A block of mass M is suspended from a wire of length L, area of cross-section A and Young's modulus Y. The elastic potential energy stored in the wire is

To find the elastic potential energy stored in a wire when a block of mass \( M \) is suspended from it, we can follow these steps: ### Step 1: Understand the relationship between stress, strain, and Young's modulus. Young's modulus \( Y \) is defined as the ratio of stress to strain: \[ Y = \frac{\text{Stress}}{\text{Strain}} \] Where: - Stress \( = \frac{F}{A} \) (Force per unit area) - Strain \( = \frac{\Delta L}{L} \) (Change in length per original length) ### Step 2: Identify the forces acting on the wire.

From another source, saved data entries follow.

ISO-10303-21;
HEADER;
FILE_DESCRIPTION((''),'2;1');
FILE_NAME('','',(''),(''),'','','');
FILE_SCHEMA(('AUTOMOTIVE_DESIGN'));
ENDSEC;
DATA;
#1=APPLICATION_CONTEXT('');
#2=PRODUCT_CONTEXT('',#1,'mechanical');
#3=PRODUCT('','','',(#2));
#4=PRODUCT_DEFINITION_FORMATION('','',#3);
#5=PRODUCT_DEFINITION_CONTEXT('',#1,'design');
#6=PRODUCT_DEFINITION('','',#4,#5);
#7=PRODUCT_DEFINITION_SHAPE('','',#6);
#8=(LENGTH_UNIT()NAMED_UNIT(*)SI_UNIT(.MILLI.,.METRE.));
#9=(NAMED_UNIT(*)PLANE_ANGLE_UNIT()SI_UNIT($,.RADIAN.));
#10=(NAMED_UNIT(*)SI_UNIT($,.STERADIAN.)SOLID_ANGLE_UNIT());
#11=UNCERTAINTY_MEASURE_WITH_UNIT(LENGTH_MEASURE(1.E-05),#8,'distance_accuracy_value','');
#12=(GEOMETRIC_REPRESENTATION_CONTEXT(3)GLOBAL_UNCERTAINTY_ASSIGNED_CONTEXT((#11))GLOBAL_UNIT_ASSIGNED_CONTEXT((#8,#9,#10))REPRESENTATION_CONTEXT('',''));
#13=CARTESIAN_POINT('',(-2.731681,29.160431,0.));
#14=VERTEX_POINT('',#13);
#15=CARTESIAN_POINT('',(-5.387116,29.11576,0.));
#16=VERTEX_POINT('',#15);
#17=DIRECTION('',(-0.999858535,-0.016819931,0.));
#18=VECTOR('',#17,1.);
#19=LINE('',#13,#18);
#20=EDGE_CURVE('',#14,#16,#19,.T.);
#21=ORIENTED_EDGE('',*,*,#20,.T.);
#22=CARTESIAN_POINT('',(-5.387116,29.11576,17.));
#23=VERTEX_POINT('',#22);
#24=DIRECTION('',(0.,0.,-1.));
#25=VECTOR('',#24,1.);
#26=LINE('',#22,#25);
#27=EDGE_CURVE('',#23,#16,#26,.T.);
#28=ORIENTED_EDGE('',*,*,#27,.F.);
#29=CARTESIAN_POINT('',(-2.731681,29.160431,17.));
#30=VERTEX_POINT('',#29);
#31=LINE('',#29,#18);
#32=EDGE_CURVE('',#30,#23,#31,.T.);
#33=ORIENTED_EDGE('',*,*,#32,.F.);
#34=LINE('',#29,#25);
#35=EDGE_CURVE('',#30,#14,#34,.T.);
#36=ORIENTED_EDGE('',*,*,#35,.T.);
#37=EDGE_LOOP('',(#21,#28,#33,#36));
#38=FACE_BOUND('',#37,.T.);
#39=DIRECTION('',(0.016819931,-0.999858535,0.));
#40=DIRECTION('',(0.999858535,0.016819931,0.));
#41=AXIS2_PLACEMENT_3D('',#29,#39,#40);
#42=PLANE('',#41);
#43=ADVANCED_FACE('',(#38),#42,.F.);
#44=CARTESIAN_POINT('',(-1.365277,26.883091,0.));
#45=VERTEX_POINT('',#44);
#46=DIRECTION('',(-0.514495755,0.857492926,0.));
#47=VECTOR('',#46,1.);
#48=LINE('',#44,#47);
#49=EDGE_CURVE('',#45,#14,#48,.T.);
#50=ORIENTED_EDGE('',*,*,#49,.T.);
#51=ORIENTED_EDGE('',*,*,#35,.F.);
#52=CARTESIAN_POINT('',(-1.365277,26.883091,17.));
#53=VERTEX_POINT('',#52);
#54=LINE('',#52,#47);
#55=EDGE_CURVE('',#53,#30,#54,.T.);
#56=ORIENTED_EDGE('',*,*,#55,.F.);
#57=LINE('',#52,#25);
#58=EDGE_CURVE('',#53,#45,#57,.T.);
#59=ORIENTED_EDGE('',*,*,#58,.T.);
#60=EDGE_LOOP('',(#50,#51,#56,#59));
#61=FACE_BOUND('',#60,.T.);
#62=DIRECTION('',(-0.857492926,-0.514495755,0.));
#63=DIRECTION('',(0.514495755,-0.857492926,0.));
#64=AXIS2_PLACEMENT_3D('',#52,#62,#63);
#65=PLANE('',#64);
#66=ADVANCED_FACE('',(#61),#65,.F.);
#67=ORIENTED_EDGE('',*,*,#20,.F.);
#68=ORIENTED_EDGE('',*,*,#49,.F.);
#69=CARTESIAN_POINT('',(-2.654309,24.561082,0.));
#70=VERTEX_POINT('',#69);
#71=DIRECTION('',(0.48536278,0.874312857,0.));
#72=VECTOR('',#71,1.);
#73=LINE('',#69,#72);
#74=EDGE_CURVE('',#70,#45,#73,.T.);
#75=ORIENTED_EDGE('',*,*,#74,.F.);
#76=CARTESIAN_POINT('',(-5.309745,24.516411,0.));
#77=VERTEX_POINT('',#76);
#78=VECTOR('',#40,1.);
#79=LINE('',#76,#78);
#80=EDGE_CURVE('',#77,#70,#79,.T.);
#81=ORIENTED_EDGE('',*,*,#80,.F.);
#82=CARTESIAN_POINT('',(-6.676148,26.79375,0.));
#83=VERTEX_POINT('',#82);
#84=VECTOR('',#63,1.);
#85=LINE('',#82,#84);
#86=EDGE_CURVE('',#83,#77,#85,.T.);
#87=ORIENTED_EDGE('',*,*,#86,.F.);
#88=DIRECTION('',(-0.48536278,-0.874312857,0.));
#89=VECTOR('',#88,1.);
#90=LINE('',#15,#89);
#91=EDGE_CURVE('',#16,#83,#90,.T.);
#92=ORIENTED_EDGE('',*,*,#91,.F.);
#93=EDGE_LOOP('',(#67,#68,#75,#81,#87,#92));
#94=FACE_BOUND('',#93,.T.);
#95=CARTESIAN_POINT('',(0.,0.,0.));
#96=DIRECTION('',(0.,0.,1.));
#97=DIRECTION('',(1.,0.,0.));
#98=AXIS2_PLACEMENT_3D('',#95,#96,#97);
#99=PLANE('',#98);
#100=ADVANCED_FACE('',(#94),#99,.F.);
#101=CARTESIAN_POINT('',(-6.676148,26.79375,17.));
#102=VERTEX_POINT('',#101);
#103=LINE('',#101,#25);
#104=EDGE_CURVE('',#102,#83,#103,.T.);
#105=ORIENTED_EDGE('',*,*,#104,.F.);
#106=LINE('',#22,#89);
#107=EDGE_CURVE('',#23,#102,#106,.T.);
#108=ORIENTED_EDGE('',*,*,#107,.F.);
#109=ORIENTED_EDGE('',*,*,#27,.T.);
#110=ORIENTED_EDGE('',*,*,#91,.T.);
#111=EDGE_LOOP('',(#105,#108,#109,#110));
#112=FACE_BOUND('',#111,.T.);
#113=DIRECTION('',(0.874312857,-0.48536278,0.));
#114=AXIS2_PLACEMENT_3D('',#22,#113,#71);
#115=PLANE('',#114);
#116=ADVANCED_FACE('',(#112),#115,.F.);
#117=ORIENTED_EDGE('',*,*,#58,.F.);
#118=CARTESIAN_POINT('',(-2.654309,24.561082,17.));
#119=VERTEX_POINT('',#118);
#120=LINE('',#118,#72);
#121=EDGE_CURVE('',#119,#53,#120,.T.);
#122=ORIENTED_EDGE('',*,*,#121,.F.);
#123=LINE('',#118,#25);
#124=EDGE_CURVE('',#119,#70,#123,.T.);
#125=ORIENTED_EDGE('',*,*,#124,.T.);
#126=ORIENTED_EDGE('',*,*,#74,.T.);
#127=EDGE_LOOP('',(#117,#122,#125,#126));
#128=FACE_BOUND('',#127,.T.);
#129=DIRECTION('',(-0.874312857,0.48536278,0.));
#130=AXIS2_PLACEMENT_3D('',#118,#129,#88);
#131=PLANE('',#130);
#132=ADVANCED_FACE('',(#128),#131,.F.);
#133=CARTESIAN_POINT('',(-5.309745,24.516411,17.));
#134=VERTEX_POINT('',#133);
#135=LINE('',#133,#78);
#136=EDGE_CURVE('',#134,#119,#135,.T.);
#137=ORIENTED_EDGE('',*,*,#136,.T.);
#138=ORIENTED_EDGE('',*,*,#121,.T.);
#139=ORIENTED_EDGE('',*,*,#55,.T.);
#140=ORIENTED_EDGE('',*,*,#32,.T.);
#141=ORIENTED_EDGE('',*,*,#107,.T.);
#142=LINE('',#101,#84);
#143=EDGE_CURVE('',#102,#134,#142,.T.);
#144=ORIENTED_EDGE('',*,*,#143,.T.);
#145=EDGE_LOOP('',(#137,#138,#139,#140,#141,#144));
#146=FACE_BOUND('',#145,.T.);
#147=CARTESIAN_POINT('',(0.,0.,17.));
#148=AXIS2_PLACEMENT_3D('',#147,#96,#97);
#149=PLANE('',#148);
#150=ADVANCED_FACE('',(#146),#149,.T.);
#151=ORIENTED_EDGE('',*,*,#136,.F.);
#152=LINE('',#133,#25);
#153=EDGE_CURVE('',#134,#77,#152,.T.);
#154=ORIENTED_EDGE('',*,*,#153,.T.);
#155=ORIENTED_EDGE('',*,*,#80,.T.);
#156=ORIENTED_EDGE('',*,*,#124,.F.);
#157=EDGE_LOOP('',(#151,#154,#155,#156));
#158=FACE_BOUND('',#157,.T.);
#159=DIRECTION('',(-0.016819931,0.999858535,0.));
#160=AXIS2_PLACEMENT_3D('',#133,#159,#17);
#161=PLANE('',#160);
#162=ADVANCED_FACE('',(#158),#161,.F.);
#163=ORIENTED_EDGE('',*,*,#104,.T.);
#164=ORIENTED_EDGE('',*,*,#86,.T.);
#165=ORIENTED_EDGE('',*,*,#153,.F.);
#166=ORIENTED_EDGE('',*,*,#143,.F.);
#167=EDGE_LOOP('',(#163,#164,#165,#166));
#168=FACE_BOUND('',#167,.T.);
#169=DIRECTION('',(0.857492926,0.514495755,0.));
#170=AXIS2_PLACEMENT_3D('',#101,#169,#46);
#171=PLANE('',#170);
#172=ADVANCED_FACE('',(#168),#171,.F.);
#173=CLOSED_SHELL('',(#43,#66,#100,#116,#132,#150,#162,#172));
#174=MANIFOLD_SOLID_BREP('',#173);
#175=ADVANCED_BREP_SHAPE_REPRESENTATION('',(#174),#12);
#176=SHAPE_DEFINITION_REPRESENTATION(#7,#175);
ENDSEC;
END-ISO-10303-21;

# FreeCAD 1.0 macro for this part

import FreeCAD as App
import Part
import Sketcher
from FreeCAD import Vector


def add_polygon(sketch, points):
    """Adds a closed chain of lines whose ends are joined by coincident constraints."""
    first, n = sketch.GeometryCount, len(points)
    for a, b in zip(points, points[1:] + points[:1]):
        sketch.addGeometry(Part.LineSegment(App.Vector(*a, 0), App.Vector(*b, 0)), False)
    for i in range(n):
        sketch.addConstraint(Sketcher.Constraint("Coincident", first + i, 2, first + (i + 1) % n, 1))

doc = App.newDocument("Part")
body = doc.addObject("PartDesign::Body", "Body")

# Sketch on XY plane
sketch1 = body.newObject("Sketcher::SketchObject", "Sketch")
sketch1.AttachmentSupport = (doc.getObject("XY_Plane"), [""])
sketch1.MapMode = "FlatFace"
add_polygon(sketch1, [(-2.654309, 24.561082), (-1.365277, 26.883091), (-2.731681, 29.160431), (-5.387116, 29.11576), (-6.676148, 26.79375), (-5.309745, 24.516411)])  # lines 0-5
sketch1.addConstraint([
    Sketcher.Constraint("Parallel", 0, 3),
    Sketcher.Constraint("Parallel", 1, 4),
    Sketcher.Constraint("Parallel", 2, 5),
    Sketcher.Constraint("Equal", 0, 1),
    Sketcher.Constraint("Equal", 1, 2),
    Sketcher.Constraint("Equal", 2, 3),
    Sketcher.Constraint("Distance", 0, 2.655811),
    Sketcher.Constraint("DistanceY", -1, 1, 0, 2, 26.883091),
    Sketcher.Constraint("DistanceX", 1, 2, -1, 1, 2.731681),
    Sketcher.Constraint("DistanceY", -1, 1, 1, 2, 29.160431),
    Sketcher.Constraint("DistanceY", -1, 1, 2, 2, 29.11576),
    Sketcher.Constraint("DistanceX", 3, 2, -1, 1, 6.676148),
])
pad1 = body.newObject("PartDesign::Pad", "Pad")
pad1.Profile = sketch1
pad1.Length = 17

doc.recompute()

When the block of mass \( M \) is suspended, the force \( F \) acting on the wire due to the weight of the block is: \[ F = Mg \] Where \( g \) is the acceleration due to gravity. ### Step 3: Express stress and strain in terms of the given quantities. Substituting the expression for force into the stress formula: \[ \text{Stress} = \frac{F}{A} = \frac{Mg}{A} \] Now, substituting this into the Young's modulus equation: \[ Y = \frac{\frac{Mg}{A}}{\frac{\Delta L}{L}} \] Rearranging gives: \[ \Delta L = \frac{MgL}{AY} \] ### Step 4: Find the spring constant \( k \) of the wire. The spring constant \( k \) can be related to Young's modulus and the dimensions of the wire: \[ k = \frac{AY}{L} \] ### Step 5: Calculate the elastic potential energy stored in the wire. The elastic potential energy \( U \) stored in a spring (or wire, in this case) is given by: \[ U = \frac{1}{2} k x^2 \] Substituting for \( k \) and \( x \) (where \( x = \Delta L \)): \[ U = \frac{1}{2} \left( \frac{AY}{L} \right) \left( \frac{MgL}{AY} \right)^2 \] Simplifying this expression: \[ U = \frac{1}{2} \cdot \frac{AY}{L} \cdot \frac{M^2g^2L^2}{A^2Y^2} \] \[ U = \frac{1}{2} \cdot \frac{M^2g^2L}{AY} \] ### Final Result: The elastic potential energy stored in the wire is: \[ U = \frac{M^2g^2L}{2AY} \] ---